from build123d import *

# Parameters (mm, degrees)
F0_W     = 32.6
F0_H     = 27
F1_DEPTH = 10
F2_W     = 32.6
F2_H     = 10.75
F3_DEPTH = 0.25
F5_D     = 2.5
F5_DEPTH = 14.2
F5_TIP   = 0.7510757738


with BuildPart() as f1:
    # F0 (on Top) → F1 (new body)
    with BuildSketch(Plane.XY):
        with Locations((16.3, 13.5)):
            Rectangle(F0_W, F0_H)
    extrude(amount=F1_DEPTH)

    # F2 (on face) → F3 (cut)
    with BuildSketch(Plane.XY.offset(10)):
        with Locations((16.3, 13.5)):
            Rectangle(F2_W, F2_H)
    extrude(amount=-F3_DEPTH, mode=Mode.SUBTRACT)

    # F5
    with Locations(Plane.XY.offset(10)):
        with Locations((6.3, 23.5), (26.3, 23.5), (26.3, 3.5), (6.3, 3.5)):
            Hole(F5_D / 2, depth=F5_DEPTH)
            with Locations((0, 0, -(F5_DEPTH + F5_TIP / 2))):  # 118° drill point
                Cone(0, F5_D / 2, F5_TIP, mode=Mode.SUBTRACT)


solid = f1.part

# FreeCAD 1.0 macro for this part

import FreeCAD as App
import Part
import Sketcher


def add_polygon(sketch, points):
    """Adds a closed chain of lines whose ends are joined by coincident constraints."""
    first, n = sketch.GeometryCount, len(points)
    for a, b in zip(points, points[1:] + points[:1]):
        sketch.addGeometry(Part.LineSegment(App.Vector(*a, 0), App.Vector(*b, 0)), False)
    for i in range(n):
        sketch.addConstraint(Sketcher.Constraint("Coincident", first + i, 2, first + (i + 1) % n, 1))

doc = App.newDocument("Part")
body = doc.addObject("PartDesign::Body", "Body")

# Sketch on XY plane
sketch1 = body.newObject("Sketcher::SketchObject", "Sketch")
sketch1.AttachmentSupport = (doc.getObject("XY_Plane"), [""])
sketch1.MapMode = "FlatFace"
add_polygon(sketch1, [(0, 27), (0, 0), (33, 0), (33, 27)])  # lines 0-3
sketch1.addConstraint(Sketcher.Constraint("Vertical", 0))
sketch1.addConstraint(Sketcher.Constraint("Horizontal", 1))
sketch1.addConstraint(Sketcher.Constraint("Vertical", 2))
sketch1.addConstraint(Sketcher.Constraint("Horizontal", 3))
sketch1.addConstraint(Sketcher.Constraint("Coincident", 0, 2, -1, 1))
sketch1.addConstraint(Sketcher.Constraint("DistanceY", 0, 2, 0, 1, 27.0))
sketch1.addConstraint(Sketcher.Constraint("DistanceX", 1, 1, 1, 2, 32.6))
pad1 = body.newObject("PartDesign::Pad", "Pad")
pad1.Profile = sketch1
pad1.Length = 10

# Sketch on XY plane
sketch2 = body.newObject("Sketcher::SketchObject", "Sketch001")
sketch2.AttachmentSupport = (doc.getObject("XY_Plane"), [""])
sketch2.MapMode = "FlatFace"
sketch2.AttachmentOffset = App.Placement(App.Vector(0, 0, 10), App.Rotation())
add_polygon(sketch2, [(0, 19), (0, 8), (33, 8), (33, 19)])  # lines 0-3
sketch2.addConstraint(Sketcher.Constraint("Vertical", 0))
sketch2.addConstraint(Sketcher.Constraint("Horizontal", 1))
sketch2.addConstraint(Sketcher.Constraint("Vertical", 2))
sketch2.addConstraint(Sketcher.Constraint("Horizontal", 3))
sketch2.addConstraint(Sketcher.Constraint("PointOnObject", 0, 2, -2))
sketch2.addConstraint(Sketcher.Constraint("DistanceX", 1, 1, 1, 2, 32.6))
sketch2.addConstraint(Sketcher.Constraint("DistanceY", 0, 2, 0, 1, 10.75))
sketch2.addConstraint(Sketcher.Constraint("DistanceY", -1, 1, 0, 2, 8.125))
pocket1 = body.newObject("PartDesign::Pocket", "Pocket")
pocket1.Profile = sketch2
pocket1.Length = 0.25

# Sketch on XY plane
sketch3 = body.newObject("Sketcher::SketchObject", "Sketch002")
sketch3.AttachmentSupport = (doc.getObject("XY_Plane"), [""])
sketch3.MapMode = "FlatFace"
sketch3.AttachmentOffset = App.Placement(App.Vector(0, 0, 10), App.Rotation())
sketch3.addGeometry(Part.Circle(App.Vector(6.3, 23.5, 0), App.Vector(0, 0, 1), 1.2), False)
sketch3.addGeometry(Part.Circle(App.Vector(26.3, 23.5, 0), App.Vector(0, 0, 1), 1.2), False)
sketch3.addGeometry(Part.Circle(App.Vector(26.3, 3.5, 0), App.Vector(0, 0, 1), 1.2), False)
sketch3.addGeometry(Part.Circle(App.Vector(6.3, 3.5, 0), App.Vector(0, 0, 1), 1.2), False)
sketch3.addConstraint(Sketcher.Constraint("Equal", 0, 1))
sketch3.addConstraint(Sketcher.Constraint("Equal", 1, 2))
sketch3.addConstraint(Sketcher.Constraint("Equal", 2, 3))
sketch3.addConstraint(Sketcher.Constraint("Horizontal", 0, 3, 1, 3))
sketch3.addConstraint(Sketcher.Constraint("Horizontal", 2, 3, 3, 3))
sketch3.addConstraint(Sketcher.Constraint("Vertical", 1, 3, 2, 3))
sketch3.addConstraint(Sketcher.Constraint("Vertical", 0, 3, 3, 3))
sketch3.addConstraint(Sketcher.Constraint("Diameter", 0, 2.5))
sketch3.addConstraint(Sketcher.Constraint("DistanceX", 0, 3, 1, 3, 20.0))
sketch3.addConstraint(Sketcher.Constraint("DistanceY", 2, 3, 1, 3, 20.0))
sketch3.addConstraint(Sketcher.Constraint("DistanceX", -1, 1, 0, 3, 6.3))
sketch3.addConstraint(Sketcher.Constraint("DistanceY", -1, 1, 0, 3, 23.5))
doc.recompute()
hole = body.newObject("PartDesign::Hole", "Hole")
hole.Profile = sketch3
hole.ThreadType = "None"
hole.Diameter = 2.5
hole.DepthType = "Dimension"
hole.Depth = 14.2
hole.DrillPoint = "Angled"
hole.DrillPointAngle = 118

doc.recompute()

Your instructions
Only the lines from the start of the listing through the line with "# F0 (on Top) → F1 (new body)" should be repeated, each exactly as it stands.

Answer to this problem
from build123d import *

# Parameters (mm, degrees)
F0_W     = 32.6
F0_H     = 27
F1_DEPTH = 10
F2_W     = 32.6
F2_H     = 10.75
F3_DEPTH = 0.25
F5_D     = 2.5
F5_DEPTH = 14.2
F5_TIP   = 0.7510757738


with BuildPart() as f1:
    # F0 (on Top) → F1 (new body)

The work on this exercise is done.